Segment Start: Study material

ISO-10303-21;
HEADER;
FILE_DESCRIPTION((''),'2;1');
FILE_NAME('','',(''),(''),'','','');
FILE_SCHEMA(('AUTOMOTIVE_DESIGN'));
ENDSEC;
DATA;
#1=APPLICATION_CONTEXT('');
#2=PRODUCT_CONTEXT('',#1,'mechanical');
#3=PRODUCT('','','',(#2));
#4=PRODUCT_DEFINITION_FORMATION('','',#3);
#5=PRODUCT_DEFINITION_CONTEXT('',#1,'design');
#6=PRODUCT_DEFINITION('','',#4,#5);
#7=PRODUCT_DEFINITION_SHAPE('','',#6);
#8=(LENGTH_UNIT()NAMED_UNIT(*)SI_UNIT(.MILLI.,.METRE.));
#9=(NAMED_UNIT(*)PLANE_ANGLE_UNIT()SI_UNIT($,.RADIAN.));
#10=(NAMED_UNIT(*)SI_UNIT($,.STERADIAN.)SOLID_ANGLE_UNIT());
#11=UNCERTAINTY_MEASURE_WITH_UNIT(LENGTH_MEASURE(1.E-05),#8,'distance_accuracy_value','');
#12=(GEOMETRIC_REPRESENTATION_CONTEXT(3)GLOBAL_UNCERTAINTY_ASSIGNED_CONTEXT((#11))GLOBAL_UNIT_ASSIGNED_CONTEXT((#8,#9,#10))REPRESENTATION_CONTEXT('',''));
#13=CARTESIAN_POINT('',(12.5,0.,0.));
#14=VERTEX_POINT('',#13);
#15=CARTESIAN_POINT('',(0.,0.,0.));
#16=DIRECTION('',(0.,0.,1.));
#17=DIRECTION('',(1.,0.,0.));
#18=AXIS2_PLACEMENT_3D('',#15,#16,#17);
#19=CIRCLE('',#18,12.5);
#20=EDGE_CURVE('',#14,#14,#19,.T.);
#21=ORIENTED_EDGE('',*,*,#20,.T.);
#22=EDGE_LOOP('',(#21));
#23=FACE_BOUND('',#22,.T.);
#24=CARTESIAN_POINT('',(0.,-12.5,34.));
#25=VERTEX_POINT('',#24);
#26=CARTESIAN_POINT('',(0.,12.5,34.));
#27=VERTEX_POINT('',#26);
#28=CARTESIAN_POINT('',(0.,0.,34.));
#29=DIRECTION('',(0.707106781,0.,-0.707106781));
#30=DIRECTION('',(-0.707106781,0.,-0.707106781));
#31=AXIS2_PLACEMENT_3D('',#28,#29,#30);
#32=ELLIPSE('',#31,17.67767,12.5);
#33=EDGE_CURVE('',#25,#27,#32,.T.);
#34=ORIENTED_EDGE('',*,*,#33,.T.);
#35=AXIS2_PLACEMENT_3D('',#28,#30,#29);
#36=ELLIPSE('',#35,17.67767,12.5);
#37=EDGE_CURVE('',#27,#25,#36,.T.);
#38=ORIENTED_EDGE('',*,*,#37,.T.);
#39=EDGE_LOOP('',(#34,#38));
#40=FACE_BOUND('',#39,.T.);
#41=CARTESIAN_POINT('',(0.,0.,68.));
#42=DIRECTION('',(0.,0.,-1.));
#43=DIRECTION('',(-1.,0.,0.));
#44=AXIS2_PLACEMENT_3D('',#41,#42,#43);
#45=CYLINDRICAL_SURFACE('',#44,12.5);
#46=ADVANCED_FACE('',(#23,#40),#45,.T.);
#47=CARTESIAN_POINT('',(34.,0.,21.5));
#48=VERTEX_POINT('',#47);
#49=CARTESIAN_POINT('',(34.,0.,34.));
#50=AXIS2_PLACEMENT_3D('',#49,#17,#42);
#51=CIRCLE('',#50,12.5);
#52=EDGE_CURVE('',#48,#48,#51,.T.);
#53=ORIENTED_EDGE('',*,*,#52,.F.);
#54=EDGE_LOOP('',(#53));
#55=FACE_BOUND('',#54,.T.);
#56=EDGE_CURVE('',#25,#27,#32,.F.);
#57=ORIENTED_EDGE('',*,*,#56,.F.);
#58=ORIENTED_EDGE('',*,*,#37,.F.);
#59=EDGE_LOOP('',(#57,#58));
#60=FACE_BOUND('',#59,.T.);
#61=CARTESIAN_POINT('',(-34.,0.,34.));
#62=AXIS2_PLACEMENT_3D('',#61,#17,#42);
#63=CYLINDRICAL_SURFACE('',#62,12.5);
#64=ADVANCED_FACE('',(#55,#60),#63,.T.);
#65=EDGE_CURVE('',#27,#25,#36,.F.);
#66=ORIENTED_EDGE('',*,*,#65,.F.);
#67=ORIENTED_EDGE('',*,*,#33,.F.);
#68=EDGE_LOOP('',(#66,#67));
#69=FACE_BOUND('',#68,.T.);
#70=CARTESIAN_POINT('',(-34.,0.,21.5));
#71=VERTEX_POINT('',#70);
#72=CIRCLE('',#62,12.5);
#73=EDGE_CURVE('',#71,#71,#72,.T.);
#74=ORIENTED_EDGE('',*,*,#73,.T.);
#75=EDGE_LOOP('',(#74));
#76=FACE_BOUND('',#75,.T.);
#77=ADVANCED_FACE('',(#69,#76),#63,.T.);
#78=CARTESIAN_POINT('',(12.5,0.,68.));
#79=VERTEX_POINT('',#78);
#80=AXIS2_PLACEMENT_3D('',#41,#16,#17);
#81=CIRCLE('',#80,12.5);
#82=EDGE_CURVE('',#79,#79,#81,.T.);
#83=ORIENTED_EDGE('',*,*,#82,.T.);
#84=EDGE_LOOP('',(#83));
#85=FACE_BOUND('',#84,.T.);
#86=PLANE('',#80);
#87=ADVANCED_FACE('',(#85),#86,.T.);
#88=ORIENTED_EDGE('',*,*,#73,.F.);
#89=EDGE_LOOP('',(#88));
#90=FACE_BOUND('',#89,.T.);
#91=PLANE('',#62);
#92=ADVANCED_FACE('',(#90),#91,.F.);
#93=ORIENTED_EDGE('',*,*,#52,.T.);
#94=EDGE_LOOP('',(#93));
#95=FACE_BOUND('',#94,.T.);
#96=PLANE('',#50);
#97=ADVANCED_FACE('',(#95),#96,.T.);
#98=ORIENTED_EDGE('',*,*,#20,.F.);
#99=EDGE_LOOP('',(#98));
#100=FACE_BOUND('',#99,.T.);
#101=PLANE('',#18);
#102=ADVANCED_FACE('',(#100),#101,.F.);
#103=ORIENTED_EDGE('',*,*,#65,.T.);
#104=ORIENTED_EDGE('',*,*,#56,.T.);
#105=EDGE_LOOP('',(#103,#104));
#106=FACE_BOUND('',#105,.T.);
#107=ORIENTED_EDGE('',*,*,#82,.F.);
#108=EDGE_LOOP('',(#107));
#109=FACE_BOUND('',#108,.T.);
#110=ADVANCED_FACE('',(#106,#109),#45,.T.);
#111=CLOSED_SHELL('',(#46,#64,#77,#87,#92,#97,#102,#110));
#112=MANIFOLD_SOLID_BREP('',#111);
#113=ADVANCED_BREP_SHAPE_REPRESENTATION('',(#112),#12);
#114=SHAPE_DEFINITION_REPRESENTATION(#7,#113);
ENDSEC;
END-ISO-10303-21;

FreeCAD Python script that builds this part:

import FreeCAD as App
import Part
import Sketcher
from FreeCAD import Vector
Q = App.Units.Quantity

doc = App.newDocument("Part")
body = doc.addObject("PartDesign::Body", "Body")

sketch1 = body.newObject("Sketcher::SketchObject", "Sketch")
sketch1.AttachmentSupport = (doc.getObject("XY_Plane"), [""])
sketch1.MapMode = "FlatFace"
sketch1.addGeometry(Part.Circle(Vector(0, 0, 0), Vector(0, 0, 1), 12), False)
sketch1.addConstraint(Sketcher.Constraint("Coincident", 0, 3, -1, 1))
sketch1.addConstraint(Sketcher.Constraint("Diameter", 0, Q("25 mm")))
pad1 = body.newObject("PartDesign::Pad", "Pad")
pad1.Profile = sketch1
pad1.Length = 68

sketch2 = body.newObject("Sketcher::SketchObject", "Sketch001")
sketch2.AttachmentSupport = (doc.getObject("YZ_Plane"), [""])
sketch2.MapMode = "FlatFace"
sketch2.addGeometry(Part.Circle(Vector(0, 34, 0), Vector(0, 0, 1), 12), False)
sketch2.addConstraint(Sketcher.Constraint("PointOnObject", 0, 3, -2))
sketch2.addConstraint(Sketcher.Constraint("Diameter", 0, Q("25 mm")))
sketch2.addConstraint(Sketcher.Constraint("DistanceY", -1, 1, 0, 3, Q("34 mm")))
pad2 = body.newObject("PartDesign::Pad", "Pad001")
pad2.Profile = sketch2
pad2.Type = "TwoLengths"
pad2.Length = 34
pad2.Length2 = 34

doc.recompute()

Segment End: Study material
Segment Start: Study material

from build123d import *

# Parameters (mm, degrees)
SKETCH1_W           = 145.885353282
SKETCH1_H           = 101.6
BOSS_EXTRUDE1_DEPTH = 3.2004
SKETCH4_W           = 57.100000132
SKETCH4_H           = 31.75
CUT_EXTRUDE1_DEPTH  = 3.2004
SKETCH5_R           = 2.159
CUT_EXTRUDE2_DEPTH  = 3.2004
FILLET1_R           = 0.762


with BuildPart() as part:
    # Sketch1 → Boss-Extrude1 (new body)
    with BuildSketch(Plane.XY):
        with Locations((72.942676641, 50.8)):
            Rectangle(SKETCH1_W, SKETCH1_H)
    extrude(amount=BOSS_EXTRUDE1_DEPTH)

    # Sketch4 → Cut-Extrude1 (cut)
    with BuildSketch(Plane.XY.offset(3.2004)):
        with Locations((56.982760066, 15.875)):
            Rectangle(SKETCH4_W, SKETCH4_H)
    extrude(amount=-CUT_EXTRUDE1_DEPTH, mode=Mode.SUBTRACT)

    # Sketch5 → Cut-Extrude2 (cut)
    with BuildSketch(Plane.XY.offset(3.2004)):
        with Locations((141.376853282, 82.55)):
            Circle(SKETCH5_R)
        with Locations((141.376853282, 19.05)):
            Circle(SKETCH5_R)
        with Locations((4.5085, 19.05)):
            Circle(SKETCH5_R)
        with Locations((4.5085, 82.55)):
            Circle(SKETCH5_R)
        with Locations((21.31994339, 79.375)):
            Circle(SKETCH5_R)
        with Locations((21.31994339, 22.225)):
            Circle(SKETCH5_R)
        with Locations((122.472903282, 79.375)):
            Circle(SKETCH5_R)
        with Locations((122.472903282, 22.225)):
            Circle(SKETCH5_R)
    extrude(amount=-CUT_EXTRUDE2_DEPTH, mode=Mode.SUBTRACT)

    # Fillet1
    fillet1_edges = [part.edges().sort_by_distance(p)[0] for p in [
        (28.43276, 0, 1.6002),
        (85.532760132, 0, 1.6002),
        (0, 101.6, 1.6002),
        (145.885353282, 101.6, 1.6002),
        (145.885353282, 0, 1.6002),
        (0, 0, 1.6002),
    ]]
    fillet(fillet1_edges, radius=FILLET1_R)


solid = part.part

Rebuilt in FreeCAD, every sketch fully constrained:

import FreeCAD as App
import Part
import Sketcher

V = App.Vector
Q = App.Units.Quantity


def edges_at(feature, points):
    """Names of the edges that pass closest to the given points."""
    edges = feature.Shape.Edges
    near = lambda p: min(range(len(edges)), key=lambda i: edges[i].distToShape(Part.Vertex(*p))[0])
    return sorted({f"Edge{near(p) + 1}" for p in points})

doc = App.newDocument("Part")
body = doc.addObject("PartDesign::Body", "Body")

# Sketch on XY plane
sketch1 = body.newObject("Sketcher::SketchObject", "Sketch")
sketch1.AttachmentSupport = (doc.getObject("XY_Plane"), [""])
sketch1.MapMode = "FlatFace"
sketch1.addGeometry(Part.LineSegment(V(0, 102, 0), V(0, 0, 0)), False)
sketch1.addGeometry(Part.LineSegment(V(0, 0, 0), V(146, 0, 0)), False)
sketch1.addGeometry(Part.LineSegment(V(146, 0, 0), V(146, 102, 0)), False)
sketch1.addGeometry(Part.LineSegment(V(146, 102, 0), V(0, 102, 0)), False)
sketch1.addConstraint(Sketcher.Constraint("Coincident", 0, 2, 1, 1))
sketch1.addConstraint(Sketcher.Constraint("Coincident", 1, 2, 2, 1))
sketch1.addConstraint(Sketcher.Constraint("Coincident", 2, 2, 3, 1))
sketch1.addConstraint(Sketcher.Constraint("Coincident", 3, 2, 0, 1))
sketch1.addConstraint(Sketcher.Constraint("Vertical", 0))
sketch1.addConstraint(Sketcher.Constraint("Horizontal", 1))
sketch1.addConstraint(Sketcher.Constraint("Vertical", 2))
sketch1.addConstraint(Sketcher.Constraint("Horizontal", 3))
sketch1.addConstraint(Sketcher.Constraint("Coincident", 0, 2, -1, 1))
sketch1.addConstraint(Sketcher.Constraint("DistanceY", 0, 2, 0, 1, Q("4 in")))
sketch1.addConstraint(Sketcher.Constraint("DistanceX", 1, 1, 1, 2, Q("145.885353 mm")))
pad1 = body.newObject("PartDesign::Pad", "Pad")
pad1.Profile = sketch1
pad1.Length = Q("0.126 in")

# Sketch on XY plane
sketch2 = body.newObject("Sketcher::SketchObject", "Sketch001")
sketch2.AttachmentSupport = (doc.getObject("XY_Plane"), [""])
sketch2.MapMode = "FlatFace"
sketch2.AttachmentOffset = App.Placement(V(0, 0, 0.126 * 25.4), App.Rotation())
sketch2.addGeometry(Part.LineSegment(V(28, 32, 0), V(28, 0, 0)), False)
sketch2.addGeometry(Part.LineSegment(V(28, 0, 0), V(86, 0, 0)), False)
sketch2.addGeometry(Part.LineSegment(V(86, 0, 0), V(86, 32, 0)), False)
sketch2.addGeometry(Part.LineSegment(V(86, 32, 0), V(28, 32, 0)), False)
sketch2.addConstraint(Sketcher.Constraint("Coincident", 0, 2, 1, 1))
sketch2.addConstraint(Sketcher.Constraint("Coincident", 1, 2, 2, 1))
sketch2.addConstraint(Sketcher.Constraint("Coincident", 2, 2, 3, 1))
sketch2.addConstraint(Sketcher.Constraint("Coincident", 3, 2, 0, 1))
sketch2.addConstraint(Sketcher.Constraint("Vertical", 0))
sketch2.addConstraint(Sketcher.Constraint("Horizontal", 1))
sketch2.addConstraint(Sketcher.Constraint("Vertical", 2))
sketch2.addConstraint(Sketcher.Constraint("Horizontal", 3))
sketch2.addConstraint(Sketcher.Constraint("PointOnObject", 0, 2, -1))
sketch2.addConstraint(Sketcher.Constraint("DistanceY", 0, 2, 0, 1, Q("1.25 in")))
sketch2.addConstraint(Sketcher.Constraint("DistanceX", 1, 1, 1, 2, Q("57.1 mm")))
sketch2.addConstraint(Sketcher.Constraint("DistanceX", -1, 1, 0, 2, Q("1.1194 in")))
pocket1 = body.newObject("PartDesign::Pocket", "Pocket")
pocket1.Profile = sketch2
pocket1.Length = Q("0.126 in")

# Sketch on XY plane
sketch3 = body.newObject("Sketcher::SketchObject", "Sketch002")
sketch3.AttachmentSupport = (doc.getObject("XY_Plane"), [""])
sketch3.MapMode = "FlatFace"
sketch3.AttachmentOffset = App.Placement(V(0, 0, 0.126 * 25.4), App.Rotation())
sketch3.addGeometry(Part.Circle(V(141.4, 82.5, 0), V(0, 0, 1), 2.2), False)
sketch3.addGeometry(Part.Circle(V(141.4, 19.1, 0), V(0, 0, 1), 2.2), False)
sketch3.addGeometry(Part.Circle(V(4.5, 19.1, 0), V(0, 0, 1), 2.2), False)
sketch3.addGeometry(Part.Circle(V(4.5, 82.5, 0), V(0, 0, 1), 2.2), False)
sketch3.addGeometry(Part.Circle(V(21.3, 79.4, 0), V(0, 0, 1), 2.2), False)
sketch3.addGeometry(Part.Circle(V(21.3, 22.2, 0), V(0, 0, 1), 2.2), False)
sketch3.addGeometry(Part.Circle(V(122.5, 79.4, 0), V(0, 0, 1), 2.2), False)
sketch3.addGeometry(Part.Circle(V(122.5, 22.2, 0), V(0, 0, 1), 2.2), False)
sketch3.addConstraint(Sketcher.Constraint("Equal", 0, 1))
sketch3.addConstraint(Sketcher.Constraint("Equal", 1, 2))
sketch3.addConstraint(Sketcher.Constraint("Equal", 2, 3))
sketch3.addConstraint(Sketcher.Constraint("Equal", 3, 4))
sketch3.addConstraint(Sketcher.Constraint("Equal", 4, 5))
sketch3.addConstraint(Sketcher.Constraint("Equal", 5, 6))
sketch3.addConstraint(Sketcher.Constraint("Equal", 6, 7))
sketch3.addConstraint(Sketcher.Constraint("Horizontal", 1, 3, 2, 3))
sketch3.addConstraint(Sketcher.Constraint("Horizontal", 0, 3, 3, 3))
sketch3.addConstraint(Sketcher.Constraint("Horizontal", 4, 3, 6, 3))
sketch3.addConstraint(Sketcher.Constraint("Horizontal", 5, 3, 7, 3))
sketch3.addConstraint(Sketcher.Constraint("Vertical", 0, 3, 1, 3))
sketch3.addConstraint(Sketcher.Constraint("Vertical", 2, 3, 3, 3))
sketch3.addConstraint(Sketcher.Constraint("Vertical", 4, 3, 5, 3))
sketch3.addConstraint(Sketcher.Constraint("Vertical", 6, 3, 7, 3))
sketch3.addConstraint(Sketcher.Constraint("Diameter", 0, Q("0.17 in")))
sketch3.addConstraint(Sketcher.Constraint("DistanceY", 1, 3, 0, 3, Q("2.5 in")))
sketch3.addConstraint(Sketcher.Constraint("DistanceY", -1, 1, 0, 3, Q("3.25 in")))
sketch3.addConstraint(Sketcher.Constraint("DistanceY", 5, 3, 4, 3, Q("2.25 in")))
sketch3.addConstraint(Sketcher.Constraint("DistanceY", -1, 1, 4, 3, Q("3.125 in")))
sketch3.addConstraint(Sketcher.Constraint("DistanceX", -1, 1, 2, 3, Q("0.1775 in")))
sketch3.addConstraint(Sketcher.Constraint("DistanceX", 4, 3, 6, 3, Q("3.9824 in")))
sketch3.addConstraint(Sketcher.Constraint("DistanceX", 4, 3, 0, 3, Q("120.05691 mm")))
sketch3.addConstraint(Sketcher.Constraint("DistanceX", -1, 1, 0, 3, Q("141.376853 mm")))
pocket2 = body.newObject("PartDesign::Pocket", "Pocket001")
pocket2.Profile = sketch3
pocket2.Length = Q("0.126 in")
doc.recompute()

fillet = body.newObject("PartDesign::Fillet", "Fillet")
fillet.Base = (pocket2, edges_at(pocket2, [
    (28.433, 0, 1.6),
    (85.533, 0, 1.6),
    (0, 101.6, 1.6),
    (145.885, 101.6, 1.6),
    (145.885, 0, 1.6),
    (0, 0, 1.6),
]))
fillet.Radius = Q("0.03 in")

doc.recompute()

Segment End: Study material

→ **Task item**: Where a line in the records above includes the string "DIRECTION", show it.

→ **Result of this exercise**:
#16=DIRECTION('',(0.,0.,1.));
#17=DIRECTION('',(1.,0.,0.));
#29=DIRECTION('',(0.707106781,0.,-0.707106781));
#30=DIRECTION('',(-0.707106781,0.,-0.707106781));
#42=DIRECTION('',(0.,0.,-1.));
#43=DIRECTION('',(-1.,0.,0.));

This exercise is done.